We have considered plaintiff's arguments in light of the record and applicable law. We are satisfied that the arguments challenging the denial of the subdivision with bulk variances are without merit. With the exception noted infra, we affirm substantially for the reasons expressed by the trial court in its written decision of May 16, 2008. However, we add the following comments.

Plaintiff is correct that a local board may not deny subdivision approval solely because the property is subject to the wetlands regulations. However, as noted by the court, the Board did not deny the application solely for that reason, but rather because of flooding concerns in the area of the property. In addition, plaintiff did not present sufficient proofs to satisfy the negative criteria for the grant of the dimensional variances.

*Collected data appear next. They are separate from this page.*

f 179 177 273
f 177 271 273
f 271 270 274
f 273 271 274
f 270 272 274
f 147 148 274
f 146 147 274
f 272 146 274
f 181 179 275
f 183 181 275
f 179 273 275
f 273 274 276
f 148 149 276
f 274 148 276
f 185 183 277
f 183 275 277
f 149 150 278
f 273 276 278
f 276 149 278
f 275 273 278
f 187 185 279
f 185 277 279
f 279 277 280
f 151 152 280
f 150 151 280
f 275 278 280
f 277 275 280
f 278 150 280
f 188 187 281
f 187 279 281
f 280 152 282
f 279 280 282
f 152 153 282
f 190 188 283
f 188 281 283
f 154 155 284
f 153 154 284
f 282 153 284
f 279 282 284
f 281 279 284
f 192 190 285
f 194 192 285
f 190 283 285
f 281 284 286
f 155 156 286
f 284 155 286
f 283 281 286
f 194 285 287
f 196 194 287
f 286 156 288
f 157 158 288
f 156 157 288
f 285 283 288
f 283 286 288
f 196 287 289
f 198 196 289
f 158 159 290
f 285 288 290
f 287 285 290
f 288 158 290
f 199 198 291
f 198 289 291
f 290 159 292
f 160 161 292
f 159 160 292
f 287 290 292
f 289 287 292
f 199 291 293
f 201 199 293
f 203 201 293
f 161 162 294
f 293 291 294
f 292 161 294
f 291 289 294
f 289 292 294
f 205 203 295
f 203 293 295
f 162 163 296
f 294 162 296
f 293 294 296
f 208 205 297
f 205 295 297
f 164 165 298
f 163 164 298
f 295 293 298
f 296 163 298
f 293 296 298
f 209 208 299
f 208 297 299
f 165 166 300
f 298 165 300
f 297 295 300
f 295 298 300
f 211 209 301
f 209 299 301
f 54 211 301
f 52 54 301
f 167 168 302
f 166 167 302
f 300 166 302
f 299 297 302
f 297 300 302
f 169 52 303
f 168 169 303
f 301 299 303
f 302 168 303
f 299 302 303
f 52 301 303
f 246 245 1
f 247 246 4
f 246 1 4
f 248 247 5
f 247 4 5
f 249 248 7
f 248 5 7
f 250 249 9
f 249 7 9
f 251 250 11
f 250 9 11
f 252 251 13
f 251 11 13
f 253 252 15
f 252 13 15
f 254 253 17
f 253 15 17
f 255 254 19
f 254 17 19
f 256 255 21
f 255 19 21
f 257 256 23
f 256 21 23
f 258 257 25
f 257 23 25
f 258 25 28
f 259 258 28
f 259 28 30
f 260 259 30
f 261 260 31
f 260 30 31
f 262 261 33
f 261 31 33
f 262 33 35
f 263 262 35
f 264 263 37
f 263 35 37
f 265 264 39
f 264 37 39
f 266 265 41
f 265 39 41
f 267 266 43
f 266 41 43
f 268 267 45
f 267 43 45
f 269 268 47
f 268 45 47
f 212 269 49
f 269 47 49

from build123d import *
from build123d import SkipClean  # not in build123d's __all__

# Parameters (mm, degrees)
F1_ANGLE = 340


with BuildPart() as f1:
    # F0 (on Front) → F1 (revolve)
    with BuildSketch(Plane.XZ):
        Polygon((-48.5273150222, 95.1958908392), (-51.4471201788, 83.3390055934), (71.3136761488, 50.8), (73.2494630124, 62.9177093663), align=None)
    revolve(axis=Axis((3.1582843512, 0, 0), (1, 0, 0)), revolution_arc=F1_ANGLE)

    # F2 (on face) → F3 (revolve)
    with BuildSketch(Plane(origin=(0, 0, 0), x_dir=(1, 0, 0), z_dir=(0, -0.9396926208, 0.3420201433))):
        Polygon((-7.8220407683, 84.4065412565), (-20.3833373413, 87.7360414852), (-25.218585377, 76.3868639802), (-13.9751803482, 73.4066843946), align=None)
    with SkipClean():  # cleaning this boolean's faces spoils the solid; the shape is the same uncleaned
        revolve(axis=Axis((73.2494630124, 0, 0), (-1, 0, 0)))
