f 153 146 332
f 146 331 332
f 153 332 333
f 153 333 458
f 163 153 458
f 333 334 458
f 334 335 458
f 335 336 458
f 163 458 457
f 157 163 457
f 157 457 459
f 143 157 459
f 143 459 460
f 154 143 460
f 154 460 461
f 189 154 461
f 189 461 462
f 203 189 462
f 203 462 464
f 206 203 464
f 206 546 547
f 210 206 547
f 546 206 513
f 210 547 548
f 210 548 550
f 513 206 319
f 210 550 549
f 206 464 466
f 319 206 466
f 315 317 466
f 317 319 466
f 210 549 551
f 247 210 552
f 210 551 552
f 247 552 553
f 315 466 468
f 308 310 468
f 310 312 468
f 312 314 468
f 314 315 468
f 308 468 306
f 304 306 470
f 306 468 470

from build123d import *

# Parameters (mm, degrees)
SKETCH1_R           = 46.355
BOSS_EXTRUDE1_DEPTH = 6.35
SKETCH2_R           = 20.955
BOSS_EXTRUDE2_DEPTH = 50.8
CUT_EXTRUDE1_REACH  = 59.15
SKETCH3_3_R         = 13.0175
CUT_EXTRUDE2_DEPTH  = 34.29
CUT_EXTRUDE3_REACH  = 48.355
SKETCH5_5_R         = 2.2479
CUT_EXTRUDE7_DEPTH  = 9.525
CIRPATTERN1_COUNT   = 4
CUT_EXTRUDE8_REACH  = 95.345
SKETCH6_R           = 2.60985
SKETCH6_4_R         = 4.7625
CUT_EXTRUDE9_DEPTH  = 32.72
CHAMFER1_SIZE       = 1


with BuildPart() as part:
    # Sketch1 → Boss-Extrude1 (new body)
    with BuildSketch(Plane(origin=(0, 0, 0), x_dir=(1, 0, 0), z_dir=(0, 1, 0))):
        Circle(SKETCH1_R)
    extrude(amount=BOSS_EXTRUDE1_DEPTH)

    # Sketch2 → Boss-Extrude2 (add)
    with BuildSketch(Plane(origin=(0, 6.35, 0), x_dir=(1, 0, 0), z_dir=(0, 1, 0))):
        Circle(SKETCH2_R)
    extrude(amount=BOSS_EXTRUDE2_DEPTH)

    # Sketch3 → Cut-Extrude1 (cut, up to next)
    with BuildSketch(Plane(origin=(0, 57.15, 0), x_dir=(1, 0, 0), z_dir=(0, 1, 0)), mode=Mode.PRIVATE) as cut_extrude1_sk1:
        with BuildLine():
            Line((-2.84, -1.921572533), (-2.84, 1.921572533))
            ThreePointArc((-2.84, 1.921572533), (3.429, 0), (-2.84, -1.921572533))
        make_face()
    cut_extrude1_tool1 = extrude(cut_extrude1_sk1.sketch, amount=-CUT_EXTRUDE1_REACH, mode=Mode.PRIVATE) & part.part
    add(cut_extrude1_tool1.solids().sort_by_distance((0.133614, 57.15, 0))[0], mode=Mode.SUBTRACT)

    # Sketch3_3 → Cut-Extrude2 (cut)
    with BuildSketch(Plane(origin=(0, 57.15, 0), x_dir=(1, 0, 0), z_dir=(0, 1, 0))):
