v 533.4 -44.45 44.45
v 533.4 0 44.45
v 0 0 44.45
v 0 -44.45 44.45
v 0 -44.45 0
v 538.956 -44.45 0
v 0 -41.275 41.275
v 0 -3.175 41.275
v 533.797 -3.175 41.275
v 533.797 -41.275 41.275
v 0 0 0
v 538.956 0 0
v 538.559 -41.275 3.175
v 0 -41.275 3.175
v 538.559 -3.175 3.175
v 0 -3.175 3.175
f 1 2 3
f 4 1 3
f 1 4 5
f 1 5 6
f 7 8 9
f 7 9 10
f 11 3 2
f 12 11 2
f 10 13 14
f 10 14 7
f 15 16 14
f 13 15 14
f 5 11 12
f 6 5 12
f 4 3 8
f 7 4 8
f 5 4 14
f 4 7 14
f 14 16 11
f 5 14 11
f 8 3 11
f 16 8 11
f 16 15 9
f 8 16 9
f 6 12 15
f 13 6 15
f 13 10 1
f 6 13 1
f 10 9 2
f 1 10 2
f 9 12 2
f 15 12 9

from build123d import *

# Parameters (mm, degrees)
F1_DEPTH = 44.45
F2_W     = 38.1
F2_H     = 38.1
F3_DEPTH = 538.957237


with BuildPart() as f1:
    # F0 (on Front) → F1 (new body)
    with BuildSketch(Plane.XZ):
        Polygon((0, 44.45), (0, 0), (538.956237, 0), (533.4, 44.45), align=None)
    extrude(amount=F1_DEPTH)

    # F2 (on face) → F3 (cut, through all)
    with BuildSketch(Plane(origin=(0, 0, 0), x_dir=(0, -1, 0), z_dir=(-1, 0, 0))):
        with Locations((22.225, 22.225)):
            Rectangle(F2_W, F2_H)
    extrude(amount=-F3_DEPTH, mode=Mode.SUBTRACT)


solid = f1.part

Unlike Green Meadows where all of the lots in the proposed subdivision conformed in minimum lot area, here, even after adding to existing Lot 8, new Lot 8.02 will remain approximately 24% less in size than required by the zoning ordinance. Additionally, the size of the proposed structure to be built on the undersized lot would require a variance from the maximum lot coverage requirement. The Board determined that there would be no zoning benefit to the community, with the only benefit running in favor of the property owner.

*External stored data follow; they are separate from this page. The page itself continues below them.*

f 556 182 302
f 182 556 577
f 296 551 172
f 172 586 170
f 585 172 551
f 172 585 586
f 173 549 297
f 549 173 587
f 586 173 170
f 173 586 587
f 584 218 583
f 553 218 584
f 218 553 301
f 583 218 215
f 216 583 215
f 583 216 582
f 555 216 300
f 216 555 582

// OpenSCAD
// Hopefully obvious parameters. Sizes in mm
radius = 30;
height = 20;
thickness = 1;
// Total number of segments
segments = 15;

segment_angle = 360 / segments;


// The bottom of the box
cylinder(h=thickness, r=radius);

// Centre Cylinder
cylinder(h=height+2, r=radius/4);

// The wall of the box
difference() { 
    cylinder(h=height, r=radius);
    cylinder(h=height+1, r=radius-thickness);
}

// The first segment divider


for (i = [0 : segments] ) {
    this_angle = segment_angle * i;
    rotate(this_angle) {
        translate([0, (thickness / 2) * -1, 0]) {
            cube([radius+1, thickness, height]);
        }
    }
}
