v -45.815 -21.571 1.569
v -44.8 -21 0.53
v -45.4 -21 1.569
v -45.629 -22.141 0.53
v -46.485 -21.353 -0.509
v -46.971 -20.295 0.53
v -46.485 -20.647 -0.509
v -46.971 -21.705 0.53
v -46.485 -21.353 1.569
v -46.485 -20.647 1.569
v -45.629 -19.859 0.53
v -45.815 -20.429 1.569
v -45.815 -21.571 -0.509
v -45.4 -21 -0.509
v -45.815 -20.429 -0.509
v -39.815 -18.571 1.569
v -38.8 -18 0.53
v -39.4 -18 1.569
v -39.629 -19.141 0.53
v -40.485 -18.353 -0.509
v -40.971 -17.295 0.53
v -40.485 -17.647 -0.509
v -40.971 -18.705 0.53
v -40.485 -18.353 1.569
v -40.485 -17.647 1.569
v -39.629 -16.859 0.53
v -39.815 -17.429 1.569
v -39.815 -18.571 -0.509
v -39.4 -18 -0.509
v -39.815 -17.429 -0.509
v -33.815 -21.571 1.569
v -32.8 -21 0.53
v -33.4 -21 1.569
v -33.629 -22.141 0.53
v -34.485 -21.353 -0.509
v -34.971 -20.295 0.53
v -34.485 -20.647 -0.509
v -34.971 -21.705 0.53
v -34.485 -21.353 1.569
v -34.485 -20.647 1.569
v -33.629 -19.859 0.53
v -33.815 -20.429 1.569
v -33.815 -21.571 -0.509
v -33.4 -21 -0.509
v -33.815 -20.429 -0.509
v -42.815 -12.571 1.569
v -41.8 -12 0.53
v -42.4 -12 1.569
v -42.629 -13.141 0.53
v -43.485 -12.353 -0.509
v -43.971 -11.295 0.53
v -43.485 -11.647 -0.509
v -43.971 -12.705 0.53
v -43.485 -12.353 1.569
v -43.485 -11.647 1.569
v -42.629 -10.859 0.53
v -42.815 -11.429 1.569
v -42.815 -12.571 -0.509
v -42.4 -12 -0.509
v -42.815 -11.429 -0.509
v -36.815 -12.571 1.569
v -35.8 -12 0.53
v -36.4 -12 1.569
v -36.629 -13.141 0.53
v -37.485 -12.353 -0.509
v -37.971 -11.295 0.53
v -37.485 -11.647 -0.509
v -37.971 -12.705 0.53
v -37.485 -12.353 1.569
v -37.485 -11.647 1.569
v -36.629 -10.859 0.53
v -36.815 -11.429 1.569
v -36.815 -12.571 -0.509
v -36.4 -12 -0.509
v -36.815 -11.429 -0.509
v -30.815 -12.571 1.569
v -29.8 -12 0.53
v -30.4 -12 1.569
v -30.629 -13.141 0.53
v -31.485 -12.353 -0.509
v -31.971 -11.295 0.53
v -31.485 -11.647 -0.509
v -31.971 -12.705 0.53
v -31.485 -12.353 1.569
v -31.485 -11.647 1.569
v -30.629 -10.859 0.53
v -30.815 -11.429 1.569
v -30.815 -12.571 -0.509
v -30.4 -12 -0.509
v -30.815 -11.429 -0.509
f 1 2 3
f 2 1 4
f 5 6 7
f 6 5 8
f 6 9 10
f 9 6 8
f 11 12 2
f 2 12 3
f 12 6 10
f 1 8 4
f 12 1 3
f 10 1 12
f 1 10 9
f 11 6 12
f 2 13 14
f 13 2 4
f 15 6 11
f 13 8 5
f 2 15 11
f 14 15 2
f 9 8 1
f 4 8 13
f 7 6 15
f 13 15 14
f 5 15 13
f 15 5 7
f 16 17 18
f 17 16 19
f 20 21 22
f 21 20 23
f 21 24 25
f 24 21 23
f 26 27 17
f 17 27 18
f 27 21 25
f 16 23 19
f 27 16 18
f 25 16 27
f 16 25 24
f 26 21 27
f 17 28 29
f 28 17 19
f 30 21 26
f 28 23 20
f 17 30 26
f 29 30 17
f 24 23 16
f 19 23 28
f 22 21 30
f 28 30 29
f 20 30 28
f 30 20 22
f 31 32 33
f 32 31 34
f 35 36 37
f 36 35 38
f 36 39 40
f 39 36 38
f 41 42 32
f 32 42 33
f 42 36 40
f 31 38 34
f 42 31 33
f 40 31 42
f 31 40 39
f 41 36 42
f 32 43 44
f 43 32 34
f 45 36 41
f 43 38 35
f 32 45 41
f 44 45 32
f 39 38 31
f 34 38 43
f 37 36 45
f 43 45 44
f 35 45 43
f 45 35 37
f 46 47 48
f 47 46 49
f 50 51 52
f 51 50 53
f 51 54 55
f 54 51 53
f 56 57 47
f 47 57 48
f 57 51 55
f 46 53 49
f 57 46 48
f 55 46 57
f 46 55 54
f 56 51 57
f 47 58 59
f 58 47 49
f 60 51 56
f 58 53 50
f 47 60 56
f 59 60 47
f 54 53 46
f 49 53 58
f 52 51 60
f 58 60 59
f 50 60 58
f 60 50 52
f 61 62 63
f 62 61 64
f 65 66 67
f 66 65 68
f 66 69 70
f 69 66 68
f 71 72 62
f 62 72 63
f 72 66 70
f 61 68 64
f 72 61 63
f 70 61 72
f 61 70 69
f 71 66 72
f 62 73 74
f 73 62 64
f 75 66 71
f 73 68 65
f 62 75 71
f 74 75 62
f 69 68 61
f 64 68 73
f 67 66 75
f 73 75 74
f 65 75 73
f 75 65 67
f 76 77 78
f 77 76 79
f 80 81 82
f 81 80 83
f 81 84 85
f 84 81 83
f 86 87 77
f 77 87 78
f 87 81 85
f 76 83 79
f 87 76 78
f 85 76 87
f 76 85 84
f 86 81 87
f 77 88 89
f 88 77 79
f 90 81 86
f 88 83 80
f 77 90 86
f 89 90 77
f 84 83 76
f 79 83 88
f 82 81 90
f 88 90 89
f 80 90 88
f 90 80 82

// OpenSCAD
// Parameters
tape_length = 100; //[50:200:1]
tape_width = 50; //[25:100:1]
tape_thickness = 0.08; //[0.04:0.2:0.01]
corner_radius = 2; //[1:6:0.5]
edge_chamfer = 0.3; //[0.1:1:0.05]
texture_depth = 0.01; //[0.005:0.03:0.001]
texture_pitch = 6; //[3:12:0.5]
texture_bump_radius = 1.2; //[0.6:2.5:0.1]
texture_margin = 4; //[2:10:0.5]
overlap = 0.5; //[0.2:2:0.1]

// Base shapes
module tape_sheet() {
  cube([tape_length, tape_width, tape_thickness], center=true);
}

module rounded_corners() {
  linear_extrude(height=tape_thickness, center=true) {
    polygon(points=[
      [-tape_length/2 + corner_radius, -tape_width/2],
      [tape_length/2 - corner_radius, -tape_width/2],
      [tape_length/2, -tape_width/2 + corner_radius],
      [tape_length/2, tape_width/2 - corner_radius],
      [tape_length/2 - corner_radius, tape_width/2],
      [-tape_length/2 + corner_radius, tape_width/2],
      [-tape_length/2, tape_width/2 - corner_radius],
      [-tape_length/2, -tape_width/2 + corner_radius]
    ]);
  }
}

module edge_chamfer() {
  cube([tape_length + 2*edge_chamfer, tape_width + 2*edge_chamfer, tape_thickness + 2*edge_chamfer], center=true);
}

module surface_texture_bump(pos_x, pos_y) {
  translate([pos_x, pos_y, tape_thickness/2 - texture_depth + overlap])
    sphere(r=texture_bump_radius, center=true);
}

// Operations
module tape_thickness() {
  intersection() {
    tape_sheet();
    rounded_corners();
  }
}

module surface_texture() {
  union() {
    surface_texture_bump(-tape_length/2 + texture_margin + texture_pitch*0, -tape_width/2 + texture_margin + texture_pitch*0);
    surface_texture_bump(-tape_length/2 + texture_margin + texture_pitch*1, -tape_width/2 + texture_margin + texture_pitch*0.5);
    surface_texture_bump(-tape_length/2 + texture_margin + texture_pitch*2, -tape_width/2 + texture_margin + texture_pitch*0);
    surface_texture_bump(-tape_length/2 + texture_margin + texture_pitch*0.5, -tape_width/2 + texture_margin + texture_pitch*1.5);
    surface_texture_bump(-tape_length/2 + texture_margin + texture_pitch*1.5, -tape_width/2 + texture_margin + texture_pitch*1.5);
    surface_texture_bump(-tape_length/2 + texture_margin + texture_pitch*2.5, -tape_width/2 + texture_margin + texture_pitch*1.5);
  }
}

// Final output
color("Silver") {
  union() {
    difference() {
      tape_thickness();
      edge_chamfer();
    }
    surface_texture();
  }
}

Plaintiff argues that the subdivision, if approved, would benefit the community because the owner was willing to convey an easement to the Borough for a sewer line that traverses Lots 8 and 9. While that may result in a monetary benefit to the Borough, it does not present "an opportunity for improved zoning and planning." Kaufman, supra, 110 N.J. at 563. We are satisfied the Board considered the appropriate factors and determined that they weighed against the grant of the variance. We conclude the court properly refrained from interfering with the local board's decision.

However, as indicated supra, we agree with plaintiff that the trial should not have decided the issue of lot merger under Chirichello. The issue of whether plaintiff would require subdivision approval to develop Lot 8 as a freestanding lot along its existing lot lines, after obtaining any and all necessary variances, was not raised on appeal to the Law Division. See State, Office of Employee Relations v. Commc'ns. Workers of Am, 154 N.J. 98, 108-09 (1998) (holding that a reviewing court should not address issues which have not been briefed by the parties). Accordingly, we deem that part of the trial court's decision as dicta, "because it was not necessary to the decision." Jamouneau v. Division of Tax Appeals, 2 N.J. 325, 332 (1949).